Piyush Bothra, Co-Founder and CFO of Square Yards, provides a nuanced timeline perspective: "Given the front-loaded rate cut in June and ongoing global uncertainties, particularly the recently announced US tariffs, we expect the central bank to adopt a wait-and-watch approach and maintain the current 5.50% repo rate." He emphasizes that for property markets, this means interest rates are likely to remain stable, sustaining current momentum. Importantly, he notes that since previous rate cuts have yet to be fully transmitted, the RBI is expected to take a firmer stance with banks and NBFCs to ensure benefits reach borrowers. While ruling out immediate cuts, he keeps the door open for "a 25-basis point cut in the October meeting [which] remains on the table and could serve as a significant festive season stimulus for the housing market."
Policy Stance and Forward Guidance
The position of the monetary policy is likely to remain at the so-called neutral position having dropped out of the accommodative position in April and becoming the same in June. Such placement gives the MPC room to maneuver towards either side depending on the changing economic conditions, and it represents that the extremes in easing may soon be subsided.
CareEdge anticipates that the policy statement by the RBI would be dovish in tone and continue to be cautious in response to the changing global events. This moderate strategy is an indication of the necessity of the central bank to become sensitive to the developments into the countries but at the same time being vigilant as far as external factors is concerned.

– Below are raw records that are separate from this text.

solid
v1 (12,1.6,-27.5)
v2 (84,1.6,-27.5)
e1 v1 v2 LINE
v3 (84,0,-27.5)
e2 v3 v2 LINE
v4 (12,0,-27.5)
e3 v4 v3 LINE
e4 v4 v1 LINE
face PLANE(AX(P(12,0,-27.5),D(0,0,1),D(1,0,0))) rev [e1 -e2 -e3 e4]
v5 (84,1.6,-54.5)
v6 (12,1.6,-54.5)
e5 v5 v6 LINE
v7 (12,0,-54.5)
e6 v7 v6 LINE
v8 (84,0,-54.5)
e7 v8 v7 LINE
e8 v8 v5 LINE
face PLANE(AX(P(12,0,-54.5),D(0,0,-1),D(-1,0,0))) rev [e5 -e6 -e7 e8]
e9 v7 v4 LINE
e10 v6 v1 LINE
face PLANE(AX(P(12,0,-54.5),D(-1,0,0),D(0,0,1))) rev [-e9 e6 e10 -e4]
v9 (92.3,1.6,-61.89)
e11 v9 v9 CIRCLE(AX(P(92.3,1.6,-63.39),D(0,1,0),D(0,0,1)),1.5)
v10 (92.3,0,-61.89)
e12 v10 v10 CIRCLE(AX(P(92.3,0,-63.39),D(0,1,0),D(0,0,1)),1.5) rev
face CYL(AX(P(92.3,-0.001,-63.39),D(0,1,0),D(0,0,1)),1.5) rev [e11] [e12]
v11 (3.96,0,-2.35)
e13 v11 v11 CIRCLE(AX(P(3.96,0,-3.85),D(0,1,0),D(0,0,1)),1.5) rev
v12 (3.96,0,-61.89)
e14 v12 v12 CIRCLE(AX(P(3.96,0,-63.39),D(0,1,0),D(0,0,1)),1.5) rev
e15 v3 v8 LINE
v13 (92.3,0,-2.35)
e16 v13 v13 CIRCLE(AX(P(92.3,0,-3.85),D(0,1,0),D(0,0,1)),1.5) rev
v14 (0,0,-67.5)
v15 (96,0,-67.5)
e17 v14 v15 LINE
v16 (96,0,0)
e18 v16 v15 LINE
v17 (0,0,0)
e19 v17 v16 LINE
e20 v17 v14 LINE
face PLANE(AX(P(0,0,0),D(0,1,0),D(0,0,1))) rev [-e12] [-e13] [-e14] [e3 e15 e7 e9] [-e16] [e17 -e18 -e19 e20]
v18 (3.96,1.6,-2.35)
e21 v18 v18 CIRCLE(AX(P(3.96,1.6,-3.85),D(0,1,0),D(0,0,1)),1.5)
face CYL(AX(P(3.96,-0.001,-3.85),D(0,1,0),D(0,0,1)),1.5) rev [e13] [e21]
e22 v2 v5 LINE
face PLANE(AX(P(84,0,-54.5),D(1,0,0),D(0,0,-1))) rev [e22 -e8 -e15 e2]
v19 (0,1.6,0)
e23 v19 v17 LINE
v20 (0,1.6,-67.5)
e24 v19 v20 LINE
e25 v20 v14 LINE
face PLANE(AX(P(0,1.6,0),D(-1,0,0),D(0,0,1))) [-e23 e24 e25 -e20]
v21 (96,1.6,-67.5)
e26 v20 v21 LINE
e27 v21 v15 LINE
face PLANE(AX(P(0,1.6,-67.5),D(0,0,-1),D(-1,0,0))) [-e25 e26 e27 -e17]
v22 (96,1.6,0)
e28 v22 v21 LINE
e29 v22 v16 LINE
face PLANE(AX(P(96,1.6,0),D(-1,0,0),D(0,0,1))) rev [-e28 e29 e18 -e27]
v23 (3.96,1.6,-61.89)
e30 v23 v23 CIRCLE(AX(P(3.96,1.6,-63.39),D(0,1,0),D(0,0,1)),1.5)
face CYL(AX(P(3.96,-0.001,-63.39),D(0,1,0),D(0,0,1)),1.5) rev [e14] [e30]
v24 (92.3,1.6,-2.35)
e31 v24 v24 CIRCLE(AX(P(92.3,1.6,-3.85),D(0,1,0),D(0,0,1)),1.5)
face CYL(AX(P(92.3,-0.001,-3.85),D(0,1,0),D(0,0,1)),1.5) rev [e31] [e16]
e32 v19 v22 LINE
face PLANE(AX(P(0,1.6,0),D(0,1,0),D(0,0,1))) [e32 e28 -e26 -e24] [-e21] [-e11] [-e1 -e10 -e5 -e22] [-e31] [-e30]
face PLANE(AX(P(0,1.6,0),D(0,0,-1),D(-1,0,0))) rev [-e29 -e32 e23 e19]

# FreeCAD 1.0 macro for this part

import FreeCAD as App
import Part
import Sketcher
Q = App.Units.Quantity

doc = App.newDocument("Part")
body = doc.addObject("PartDesign::Body", "Body")

sketch1 = body.newObject("Sketcher::SketchObject", "Sketch")
sketch1.AttachmentSupport = (doc.getObject("XZ_Plane"), [""])
sketch1.MapMode = "FlatFace"
sketch1.addGeometry(Part.LineSegment(App.Vector(0, -68, 0), App.Vector(0, 0, 0)), False)
sketch1.addGeometry(Part.LineSegment(App.Vector(0, 0, 0), App.Vector(96, 0, 0)), False)
sketch1.addGeometry(Part.LineSegment(App.Vector(96, 0, 0), App.Vector(96, -68, 0)), False)
sketch1.addGeometry(Part.LineSegment(App.Vector(96, -68, 0), App.Vector(0, -68, 0)), False)
sketch1.addConstraint(Sketcher.Constraint("Coincident", 0, 2, 1, 1))
sketch1.addConstraint(Sketcher.Constraint("Coincident", 1, 2, 2, 1))
sketch1.addConstraint(Sketcher.Constraint("Coincident", 2, 2, 3, 1))
sketch1.addConstraint(Sketcher.Constraint("Coincident", 3, 2, 0, 1))
sketch1.addConstraint(Sketcher.Constraint("Vertical", 0))
sketch1.addConstraint(Sketcher.Constraint("Horizontal", 1))
sketch1.addConstraint(Sketcher.Constraint("Vertical", 2))
sketch1.addConstraint(Sketcher.Constraint("Horizontal", 3))
sketch1.addConstraint(Sketcher.Constraint("Coincident", 0, 2, -1, 1))
sketch1.addConstraint(Sketcher.Constraint("DistanceX", 1, 1, 1, 2, Q("96 mm")))
sketch1.addConstraint(Sketcher.Constraint("DistanceY", 0, 1, 0, 2, Q("67.5 mm")))
pad1 = body.newObject("PartDesign::Pad", "Pad")
pad1.Profile = sketch1
pad1.Length = 1.6
pad1.Reversed = True

sketch2 = body.newObject("Sketcher::SketchObject", "Sketch001")
sketch2.AttachmentSupport = (doc.getObject("XZ_Plane"), [""])
sketch2.MapMode = "FlatFace"
sketch2.AttachmentOffset = App.Placement(App.Vector(0, 0, -1.6), App.Rotation())
sketch2.addGeometry(Part.Circle(App.Vector(4, -3.9, 0), App.Vector(0, 0, 1), 1.5), False)
sketch2.addConstraint(Sketcher.Constraint("Diameter", 0, Q("3 mm")))
sketch2.addConstraint(Sketcher.Constraint("DistanceX", -1, 1, 0, 3, Q("3.96 mm")))
sketch2.addConstraint(Sketcher.Constraint("DistanceY", 0, 3, -1, 1, Q("3.85 mm")))
pocket1 = body.newObject("PartDesign::Pocket", "Pocket")
pocket1.Profile = sketch2
pocket1.Type = "UpToFirst"
pocket1.Reversed = True

sketch3 = body.newObject("Sketcher::SketchObject", "Sketch002")
sketch3.AttachmentSupport = (doc.getObject("XZ_Plane"), [""])
sketch3.MapMode = "FlatFace"
sketch3.AttachmentOffset = App.Placement(App.Vector(0, 0, -1.6), App.Rotation())
sketch3.addGeometry(Part.Circle(App.Vector(92.3, -3.9, 0), App.Vector(0, 0, 1), 1.5), False)
sketch3.addConstraint(Sketcher.Constraint("Diameter", 0, Q("3 mm")))
sketch3.addConstraint(Sketcher.Constraint("DistanceX", -1, 1, 0, 3, Q("92.3 mm")))
sketch3.addConstraint(Sketcher.Constraint("DistanceY", 0, 3, -1, 1, Q("3.85 mm")))
pocket2 = body.newObject("PartDesign::Pocket", "Pocket001")
pocket2.Profile = sketch3
pocket2.Type = "UpToFirst"
pocket2.Reversed = True

sketch4 = body.newObject("Sketcher::SketchObject", "Sketch003")
sketch4.AttachmentSupport = (doc.getObject("XZ_Plane"), [""])
sketch4.MapMode = "FlatFace"
sketch4.AttachmentOffset = App.Placement(App.Vector(0, 0, -1.6), App.Rotation())
sketch4.addGeometry(Part.Circle(App.Vector(4, -63.4, 0), App.Vector(0, 0, 1), 1.5), False)
sketch4.addConstraint(Sketcher.Constraint("Diameter", 0, Q("3 mm")))
sketch4.addConstraint(Sketcher.Constraint("DistanceX", -1, 1, 0, 3, Q("3.96 mm")))
sketch4.addConstraint(Sketcher.Constraint("DistanceY", 0, 3, -1, 1, Q("63.39 mm")))
pocket3 = body.newObject("PartDesign::Pocket", "Pocket002")
pocket3.Profile = sketch4
pocket3.Type = "UpToFirst"
pocket3.Reversed = True

sketch5 = body.newObject("Sketcher::SketchObject", "Sketch004")
sketch5.AttachmentSupport = (doc.getObject("XZ_Plane"), [""])
sketch5.MapMode = "FlatFace"
sketch5.AttachmentOffset = App.Placement(App.Vector(0, 0, -1.6), App.Rotation())
sketch5.addGeometry(Part.Circle(App.Vector(92.3, -63.4, 0), App.Vector(0, 0, 1), 1.5), False)
sketch5.addConstraint(Sketcher.Constraint("Diameter", 0, Q("3 mm")))
sketch5.addConstraint(Sketcher.Constraint("DistanceX", -1, 1, 0, 3, Q("92.3 mm")))
sketch5.addConstraint(Sketcher.Constraint("DistanceY", 0, 3, -1, 1, Q("63.39 mm")))
pocket4 = body.newObject("PartDesign::Pocket", "Pocket003")
pocket4.Profile = sketch5
pocket4.Type = "UpToFirst"
pocket4.Reversed = True

sketch6 = body.newObject("Sketcher::SketchObject", "Sketch005")
sketch6.AttachmentSupport = (doc.getObject("XZ_Plane"), [""])
sketch6.MapMode = "FlatFace"
sketch6.AttachmentOffset = App.Placement(App.Vector(0, 0, -1.6), App.Rotation())
sketch6.addGeometry(Part.LineSegment(App.Vector(12, -54, 0), App.Vector(12, -28, 0)), False)
sketch6.addGeometry(Part.LineSegment(App.Vector(12, -28, 0), App.Vector(84, -28, 0)), False)
sketch6.addGeometry(Part.LineSegment(App.Vector(84, -28, 0), App.Vector(84, -54, 0)), False)
sketch6.addGeometry(Part.LineSegment(App.Vector(84, -54, 0), App.Vector(12, -54, 0)), False)
sketch6.addConstraint(Sketcher.Constraint("Coincident", 0, 2, 1, 1))
sketch6.addConstraint(Sketcher.Constraint("Coincident", 1, 2, 2, 1))
sketch6.addConstraint(Sketcher.Constraint("Coincident", 2, 2, 3, 1))
sketch6.addConstraint(Sketcher.Constraint("Coincident", 3, 2, 0, 1))
sketch6.addConstraint(Sketcher.Constraint("Vertical", 0))
sketch6.addConstraint(Sketcher.Constraint("Horizontal", 1))
sketch6.addConstraint(Sketcher.Constraint("Vertical", 2))
sketch6.addConstraint(Sketcher.Constraint("Horizontal", 3))
sketch6.addConstraint(Sketcher.Constraint("DistanceX", 1, 1, 1, 2, Q("72 mm")))
sketch6.addConstraint(Sketcher.Constraint("DistanceY", 0, 1, 0, 2, Q("27 mm")))
sketch6.addConstraint(Sketcher.Constraint("DistanceX", -1, 1, 0, 2, Q("12 mm")))
sketch6.addConstraint(Sketcher.Constraint("DistanceY", 0, 2, -1, 1, Q("27.5 mm")))
pocket5 = body.newObject("PartDesign::Pocket", "Pocket004")
pocket5.Profile = sketch6
pocket5.Type = "ThroughAll"
pocket5.Midplane = True

doc.recompute()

Also Read: RBI Monetary Policy Committee Report 2025: A Sharper-than-Expected Cut
Outlook in the Lending Rates
With the repo rate on hold at 5.5 percent, the entire external reference benchmark lending rates pegged to the repo rate will also be maintained. Lenders, however, have the option to adjust interest rate on such loans linked to the marginal cost of fund-based lending rate (MCLR) which is, perhaps, having some space to adjust the rates subject to the cost of funds and market rates at which they were funded.
The August policy meeting is a turning point in the monetary policy course of India as the MPC is expected to focus on stability and evaluation rather than further intense easing.